The two "missing" files are marked "_failed" which certainly explains why the installer can't find them.  The rest seems fine.


----------



## talsamon (Feb 27, 2018)

from the PR:
pkg-static: Unable to access file /usr/ports/lang/python27/work/stage/usr/local/lib/python2.7/lib-dynload/_elementtree.so:No such file or directory
pkg-static: Unable to access file /usr/ports/lang/python27/work/stage/usr/local/lib/python2.7/lib-dynload/pyexpat.so:No such file or directory

Comment15 in the PR, includes a patch (I have not tested yet, but another user confirmed it works).


----------



## gessel (Feb 27, 2018)

Talsamon,
Patch applied, build complete.  Thank you very much.

I was in error to attach the problem to this thread, it is unrelated to _ssl.so.

Thank you for finding the PR.  I'll report build success there as well.


----------



## Toshiyuki Kamada (Apr 21, 2018)

I also had failed packaging stage with an error of missing _ssl.so.
I'm using security/libressl-devel for compiling ports.
Configuration of lang/python27 is a default (not changed anything with `make config`).

During the building progress, there are some *compile errors* in Modules/_ssl.c.

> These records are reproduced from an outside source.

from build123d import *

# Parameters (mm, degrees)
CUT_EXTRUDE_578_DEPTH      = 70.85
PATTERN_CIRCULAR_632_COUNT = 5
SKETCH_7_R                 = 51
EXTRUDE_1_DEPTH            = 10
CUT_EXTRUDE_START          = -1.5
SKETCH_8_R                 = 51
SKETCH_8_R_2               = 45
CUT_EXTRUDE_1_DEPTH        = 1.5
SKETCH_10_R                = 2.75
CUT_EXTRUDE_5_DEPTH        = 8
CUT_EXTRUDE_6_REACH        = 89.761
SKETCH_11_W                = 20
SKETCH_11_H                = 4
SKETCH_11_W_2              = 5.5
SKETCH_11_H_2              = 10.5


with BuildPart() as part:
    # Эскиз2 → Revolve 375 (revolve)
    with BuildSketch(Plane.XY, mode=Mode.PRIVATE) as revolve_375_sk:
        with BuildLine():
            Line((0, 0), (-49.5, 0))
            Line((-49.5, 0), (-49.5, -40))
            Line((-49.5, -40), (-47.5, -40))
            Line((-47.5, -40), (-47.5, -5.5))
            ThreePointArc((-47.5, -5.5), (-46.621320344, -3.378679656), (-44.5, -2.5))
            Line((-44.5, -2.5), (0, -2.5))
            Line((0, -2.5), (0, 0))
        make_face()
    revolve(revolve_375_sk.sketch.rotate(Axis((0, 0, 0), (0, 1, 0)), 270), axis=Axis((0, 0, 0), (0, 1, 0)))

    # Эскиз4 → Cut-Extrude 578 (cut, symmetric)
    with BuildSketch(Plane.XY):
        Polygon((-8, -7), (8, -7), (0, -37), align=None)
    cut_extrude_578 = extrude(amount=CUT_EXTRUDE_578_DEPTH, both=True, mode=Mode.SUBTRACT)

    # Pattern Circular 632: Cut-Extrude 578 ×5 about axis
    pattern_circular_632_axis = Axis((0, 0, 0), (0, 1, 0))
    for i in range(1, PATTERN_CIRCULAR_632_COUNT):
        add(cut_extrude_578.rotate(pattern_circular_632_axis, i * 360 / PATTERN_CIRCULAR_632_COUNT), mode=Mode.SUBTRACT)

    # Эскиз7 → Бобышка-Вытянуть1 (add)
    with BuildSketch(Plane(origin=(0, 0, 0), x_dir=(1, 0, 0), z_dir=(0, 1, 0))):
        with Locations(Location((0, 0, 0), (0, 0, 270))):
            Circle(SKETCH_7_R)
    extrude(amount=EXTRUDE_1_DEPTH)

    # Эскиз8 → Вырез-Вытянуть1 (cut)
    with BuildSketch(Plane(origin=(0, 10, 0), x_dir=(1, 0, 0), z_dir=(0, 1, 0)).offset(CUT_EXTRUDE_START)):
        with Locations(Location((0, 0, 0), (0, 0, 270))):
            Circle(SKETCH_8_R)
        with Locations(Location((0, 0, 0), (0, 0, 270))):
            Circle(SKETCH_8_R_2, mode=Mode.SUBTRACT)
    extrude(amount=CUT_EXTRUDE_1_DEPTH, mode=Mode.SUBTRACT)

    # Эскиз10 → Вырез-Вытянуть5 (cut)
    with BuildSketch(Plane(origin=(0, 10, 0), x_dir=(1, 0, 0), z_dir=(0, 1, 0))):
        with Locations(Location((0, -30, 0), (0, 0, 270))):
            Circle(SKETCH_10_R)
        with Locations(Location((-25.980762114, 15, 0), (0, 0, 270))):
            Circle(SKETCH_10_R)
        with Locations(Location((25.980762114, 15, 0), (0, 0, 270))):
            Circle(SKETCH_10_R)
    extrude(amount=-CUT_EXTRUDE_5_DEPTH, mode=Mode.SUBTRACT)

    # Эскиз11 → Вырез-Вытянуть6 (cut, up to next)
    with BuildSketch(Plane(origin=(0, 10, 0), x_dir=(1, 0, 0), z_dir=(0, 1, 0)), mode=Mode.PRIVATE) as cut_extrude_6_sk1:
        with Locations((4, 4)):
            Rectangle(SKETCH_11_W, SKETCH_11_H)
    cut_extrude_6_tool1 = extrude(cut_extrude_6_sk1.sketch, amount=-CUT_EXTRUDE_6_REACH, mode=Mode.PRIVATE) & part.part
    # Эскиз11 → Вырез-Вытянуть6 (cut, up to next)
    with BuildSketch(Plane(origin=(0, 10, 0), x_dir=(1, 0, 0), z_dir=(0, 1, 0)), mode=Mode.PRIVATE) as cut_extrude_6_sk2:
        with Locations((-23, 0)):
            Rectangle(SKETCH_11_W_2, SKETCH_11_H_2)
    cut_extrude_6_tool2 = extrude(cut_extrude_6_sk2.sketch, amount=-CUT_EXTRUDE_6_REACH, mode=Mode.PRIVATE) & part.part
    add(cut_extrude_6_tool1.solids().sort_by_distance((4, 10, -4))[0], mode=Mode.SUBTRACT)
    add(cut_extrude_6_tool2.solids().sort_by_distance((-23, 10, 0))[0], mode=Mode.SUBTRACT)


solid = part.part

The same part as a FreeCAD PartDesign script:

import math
import FreeCAD as App
import Part
import Sketcher
Q = App.Units.Quantity

doc = App.newDocument("Part")
params = doc.addObject("Spreadsheet::Sheet", "Params")
for row, (alias, value) in enumerate([
    ("sketch1_radius", "3 mm"),
    ("sketch1_width", "2 mm"),
    ("sketch1_height", "40 mm"),
    ("sketch1_width2", "49.5 mm"),
    ("sketch1_height2", "34.5 mm"),
    ("revolution_angle", "360 deg"),
    ("sketch2_width", "16 mm"),
    ("pocket1_length", "141.7 mm"),
    ("sketch3_diameter", "102 mm"),
    ("pad1_length", "10 mm"),
    ("sketch4_diameter", "102 mm"),
    ("sketch4_diameter2", "90 mm"),
    ("pocket2_length", "1.5 mm"),
    ("sketch5_diameter", "5.5 mm"),
    ("pocket3_length", "8 mm"),
    ("sketch6_width", "20 mm"),
    ("sketch6_height", "4 mm"),
    ("sketch7_width", "5.5 mm"),
    ("sketch7_height", "10.5 mm"),
], start=1):
    params.set(f"A{row}", alias)
    params.set(f"B{row}", "=" + value)
    params.setAlias(f"B{row}", alias)

body = doc.addObject("PartDesign::Body", "Body")

sketch1 = body.newObject("Sketcher::SketchObject", "Sketch")
sketch1.AttachmentSupport = (doc.getObject("XY_Plane"), [""])
sketch1.MapMode = "FlatFace"
sketch1.addGeometry([
    Part.LineSegment(App.Vector(0, 0, 0), App.Vector(-49.5, 0, 0)),
    Part.LineSegment(App.Vector(-49.5, 0, 0), App.Vector(-49.5, -40, 0)),
    Part.LineSegment(App.Vector(-49.5, -40, 0), App.Vector(-47.5, -40, 0)),
    Part.LineSegment(App.Vector(-47.5, -40, 0), App.Vector(-47.5, -5.5, 0)),
    Part.ArcOfCircle(Part.Circle(App.Vector(-44.5, -5.5, 0), App.Vector(0, 0, 1), 3), math.radians(90), math.radians(180)),
    Part.LineSegment(App.Vector(-44.5, -2.5, 0), App.Vector(0, -2.5, 0)),
    Part.LineSegment(App.Vector(0, -2.5, 0), App.Vector(0, 0, 0)),
], False)
sketch1.addConstraint([
    Sketcher.Constraint("Coincident", 0, 2, 1, 1),
    Sketcher.Constraint("Coincident", 1, 2, 2, 1),
    Sketcher.Constraint("Coincident", 2, 2, 3, 1),
    Sketcher.Constraint("Tangent", 3, 2, 4, 2),
    Sketcher.Constraint("Tangent", 4, 1, 5, 1),
    Sketcher.Constraint("Coincident", 5, 2, 6, 1),
    Sketcher.Constraint("Coincident", 6, 2, 0, 1),
    Sketcher.Constraint("Horizontal", 0),
    Sketcher.Constraint("Vertical", 1),
    Sketcher.Constraint("Horizontal", 2),
    Sketcher.Constraint("Vertical", 3),
    Sketcher.Constraint("Horizontal", 5),
    Sketcher.Constraint("Vertical", 6),
    Sketcher.Constraint("Coincident", 6, 2, -1, 1),
    Sketcher.Constraint("Radius", 4, Q("3 mm")),
    Sketcher.Constraint("DistanceX", 2, 1, 2, 2, Q("2 mm")),
    Sketcher.Constraint("DistanceY", 1, 2, 1, 1, Q("40 mm")),
    Sketcher.Constraint("DistanceX", 0, 2, 0, 1, Q("49.5 mm")),
    Sketcher.Constraint("DistanceY", 3, 1, 3, 2, Q("34.5 mm")),
])
sketch1.setExpression("Constraints[14]", "Params.sketch1_radius")
sketch1.setExpression("Constraints[15]", "Params.sketch1_width")
sketch1.setExpression("Constraints[16]", "Params.sketch1_height")
sketch1.setExpression("Constraints[17]", "Params.sketch1_width2")
sketch1.setExpression("Constraints[18]", "Params.sketch1_height2")
revolution = body.newObject("PartDesign::Revolution", "Revolution")
revolution.Profile = sketch1
revolution.ReferenceAxis = (sketch1, ["V_Axis"])
revolution.setExpression("Angle", "Params.revolution_angle")

sketch2 = body.newObject("Sketcher::SketchObject", "Sketch001")
sketch2.AttachmentSupport = (doc.getObject("XY_Plane"), [""])
sketch2.MapMode = "FlatFace"
sketch2.addGeometry([
    Part.LineSegment(App.Vector(8, -7, 0), App.Vector(-8, -7, 0)),
    Part.LineSegment(App.Vector(-8, -7, 0), App.Vector(0, -37, 0)),
    Part.LineSegment(App.Vector(0, -37, 0), App.Vector(8, -7, 0)),
], False)
sketch2.addConstraint([
    Sketcher.Constraint("Coincident", 0, 2, 1, 1),
    Sketcher.Constraint("Coincident", 1, 2, 2, 1),
    Sketcher.Constraint("Coincident", 2, 2, 0, 1),
    Sketcher.Constraint("Horizontal", 0),
    Sketcher.Constraint("PointOnObject", 1, 2, -2),
    Sketcher.Constraint("Equal", 1, 2),
    Sketcher.Constraint("DistanceX", 0, 2, 0, 1, Q("16 mm")),
    Sketcher.Constraint("DistanceY", 0, 2, -1, 1, Q("7 mm")),
    Sketcher.Constraint("DistanceY", 1, 2, -1, 1, Q("37 mm")),
])
sketch2.setExpression("Constraints[6]", "Params.sketch2_width")
pocket1 = body.newObject("PartDesign::Pocket", "Pocket")
pocket1.Profile = sketch2
pocket1.setExpression("Length", "Params.pocket1_length")
pocket1.Midplane = True
doc.recompute()

polarpattern = body.newObject("PartDesign::PolarPattern", "PolarPattern")
polarpattern.Originals = [pocket1]
polarpattern.Axis = (doc.getObject("Y_Axis"), [""])
polarpattern.Angle = 360
polarpattern.Occurrences = 5
body.Tip = polarpattern

sketch3 = body.newObject("Sketcher::SketchObject", "Sketch002")
sketch3.AttachmentSupport = (doc.getObject("XZ_Plane"), [""])
sketch3.MapMode = "FlatFace"
sketch3.addGeometry(Part.Circle(App.Vector(0, 0, 0), App.Vector(0, 0, 1), 51), False)
sketch3.addConstraint([
    Sketcher.Constraint("Coincident", 0, 3, -1, 1),
    Sketcher.Constraint("Diameter", 0, Q("102 mm")),
])
sketch3.setExpression("Constraints[1]", "Params.sketch3_diameter")
pad1 = body.newObject("PartDesign::Pad", "Pad")
pad1.Profile = sketch3
pad1.setExpression("Length", "Params.pad1_length")
pad1.Reversed = True

sketch4 = body.newObject("Sketcher::SketchObject", "Sketch003")
sketch4.AttachmentSupport = (doc.getObject("XZ_Plane"), [""])
sketch4.MapMode = "FlatFace"
sketch4.AttachmentOffset = App.Placement(App.Vector(0, 0, -8.5), App.Rotation())
sketch4.addGeometry([
    Part.Circle(App.Vector(0, 0, 0), App.Vector(0, 0, 1), 51),
    Part.Circle(App.Vector(0, 0, 0), App.Vector(0, 0, 1), 45),
], False)
sketch4.addConstraint([
    Sketcher.Constraint("Coincident", 0, 3, -1, 1),
    Sketcher.Constraint("Coincident", 1, 3, -1, 1),
    Sketcher.Constraint("Diameter", 0, Q("102 mm")),
    Sketcher.Constraint("Diameter", 1, Q("90 mm")),
])
sketch4.setExpression("Constraints[2]", "Params.sketch4_diameter")
sketch4.setExpression("Constraints[3]", "Params.sketch4_diameter2")
pocket2 = body.newObject("PartDesign::Pocket", "Pocket001")
pocket2.Profile = sketch4
pocket2.setExpression("Length", "Params.pocket2_length")

sketch5 = body.newObject("Sketcher::SketchObject", "Sketch004")
sketch5.AttachmentSupport = (doc.getObject("XZ_Plane"), [""])
sketch5.MapMode = "FlatFace"
sketch5.AttachmentOffset = App.Placement(App.Vector(0, 0, -10), App.Rotation())
sketch5.addGeometry([
    Part.Circle(App.Vector(0, 30, 0), App.Vector(0, 0, 1), 2.75),
    Part.Circle(App.Vector(-25.980762, -15, 0), App.Vector(0, 0, 1), 2.75),
    Part.Circle(App.Vector(25.980762, -15, 0), App.Vector(0, 0, 1), 2.75),
], False)
sketch5.addConstraint([
    Sketcher.Constraint("Equal", 0, 1),
    Sketcher.Constraint("Equal", 1, 2),
    Sketcher.Constraint("Symmetric", 1, 3, 2, 3, -2),
    Sketcher.Constraint("PointOnObject", 0, 3, -2),
    Sketcher.Constraint("Diameter", 0, Q("5.5 mm")),
    Sketcher.Constraint("DistanceY", -1, 1, 0, 3, Q("30 mm")),
    Sketcher.Constraint("DistanceY", 1, 3, -1, 1, Q("15 mm")),
    Sketcher.Constraint("DistanceX", 1, 3, -1, 1, Q("25.980762 mm")),
])
sketch5.setExpression("Constraints[4]", "Params.sketch5_diameter")
pocket3 = body.newObject("PartDesign::Pocket", "Pocket002")
pocket3.Profile = sketch5
pocket3.setExpression("Length", "Params.pocket3_length")
pocket3.Reversed = True

sketch6 = body.newObject("Sketcher::SketchObject", "Sketch005")
sketch6.AttachmentSupport = (doc.getObject("XZ_Plane"), [""])
sketch6.MapMode = "FlatFace"
sketch6.AttachmentOffset = App.Placement(App.Vector(0, 0, -10), App.Rotation())
sketch6.addGeometry([
    Part.LineSegment(App.Vector(-6, -6, 0), App.Vector(-6, -2, 0)),
    Part.LineSegment(App.Vector(-6, -2, 0), App.Vector(14, -2, 0)),
    Part.LineSegment(App.Vector(14, -2, 0), App.Vector(14, -6, 0)),
    Part.LineSegment(App.Vector(14, -6, 0), App.Vector(-6, -6, 0)),
], False)
sketch6.addConstraint([
    Sketcher.Constraint("Coincident", 0, 2, 1, 1),
    Sketcher.Constraint("Coincident", 1, 2, 2, 1),
    Sketcher.Constraint("Coincident", 2, 2, 3, 1),
    Sketcher.Constraint("Coincident", 3, 2, 0, 1),
    Sketcher.Constraint("Vertical", 0),
    Sketcher.Constraint("Horizontal", 1),
    Sketcher.Constraint("Vertical", 2),
    Sketcher.Constraint("Horizontal", 3),
    Sketcher.Constraint("DistanceX", 1, 1, 1, 2, Q("20 mm")),
    Sketcher.Constraint("DistanceY", 0, 1, 0, 2, Q("4 mm")),
    Sketcher.Constraint("DistanceX", 0, 2, -1, 1, Q("6 mm")),
    Sketcher.Constraint("DistanceY", 0, 2, -1, 1, Q("2 mm")),
])
sketch6.setExpression("Constraints[8]", "Params.sketch6_width")
sketch6.setExpression("Constraints[9]", "Params.sketch6_height")
pocket4 = body.newObject("PartDesign::Pocket", "Pocket003")
pocket4.Profile = sketch6
pocket4.Type = "UpToFirst"
pocket4.Reversed = True

sketch7 = body.newObject("Sketcher::SketchObject", "Sketch006")
sketch7.AttachmentSupport = (doc.getObject("XZ_Plane"), [""])
sketch7.MapMode = "FlatFace"
sketch7.AttachmentOffset = App.Placement(App.Vector(0, 0, -10), App.Rotation())
sketch7.addGeometry([
    Part.LineSegment(App.Vector(-25.75, -5.25, 0), App.Vector(-25.75, 5.25, 0)),
    Part.LineSegment(App.Vector(-25.75, 5.25, 0), App.Vector(-20.25, 5.25, 0)),
    Part.LineSegment(App.Vector(-20.25, 5.25, 0), App.Vector(-20.25, -5.25, 0)),
    Part.LineSegment(App.Vector(-20.25, -5.25, 0), App.Vector(-25.75, -5.25, 0)),
], False)
sketch7.addConstraint([
    Sketcher.Constraint("Coincident", 0, 2, 1, 1),
    Sketcher.Constraint("Coincident", 1, 2, 2, 1),
    Sketcher.Constraint("Coincident", 2, 2, 3, 1),
    Sketcher.Constraint("Coincident", 3, 2, 0, 1),
    Sketcher.Constraint("Vertical", 0),
    Sketcher.Constraint("Horizontal", 1),
    Sketcher.Constraint("Vertical", 2),
    Sketcher.Constraint("Horizontal", 3),
    Sketcher.Constraint("DistanceX", 1, 1, 1, 2, Q("5.5 mm")),
    Sketcher.Constraint("DistanceY", 0, 1, 0, 2, Q("10.5 mm")),
    Sketcher.Constraint("DistanceX", 0, 2, -1, 1, Q("25.75 mm")),
    Sketcher.Constraint("DistanceY", -1, 1, 0, 2, Q("5.25 mm")),
])
sketch7.setExpression("Constraints[8]", "Params.sketch7_width")
sketch7.setExpression("Constraints[9]", "Params.sketch7_height")
pocket5 = body.newObject("PartDesign::Pocket", "Pocket004")
pocket5.Profile = sketch7
pocket5.Type = "UpToFirst"
pocket5.Reversed = True

doc.recompute()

The patch (fix for libressl 2.7.1)
https://github.com/python/cpython/commit/edd541897b9c28ee0d0f0131746aa5f19665a104
resolved compiling errors even for libressl-2.7.2, and I could install python27 successfully.


----------



## gessel (Apr 30, 2018)

I just had massive problems with security/libressl 2.7.2 (and same with 2.7.2_1), does not seem to be building libssl.so.44 and libcrypto.so.42.  This breaks everything SSL.


----------



## tobik@ (Apr 30, 2018)

gessel said:


> I just had massive problems with security/libressl 2.7.2 (and same with 2.7.2_1), does not seem to be building libssl.so.44 and libcrypto.so.42.  This breaks everything SSL.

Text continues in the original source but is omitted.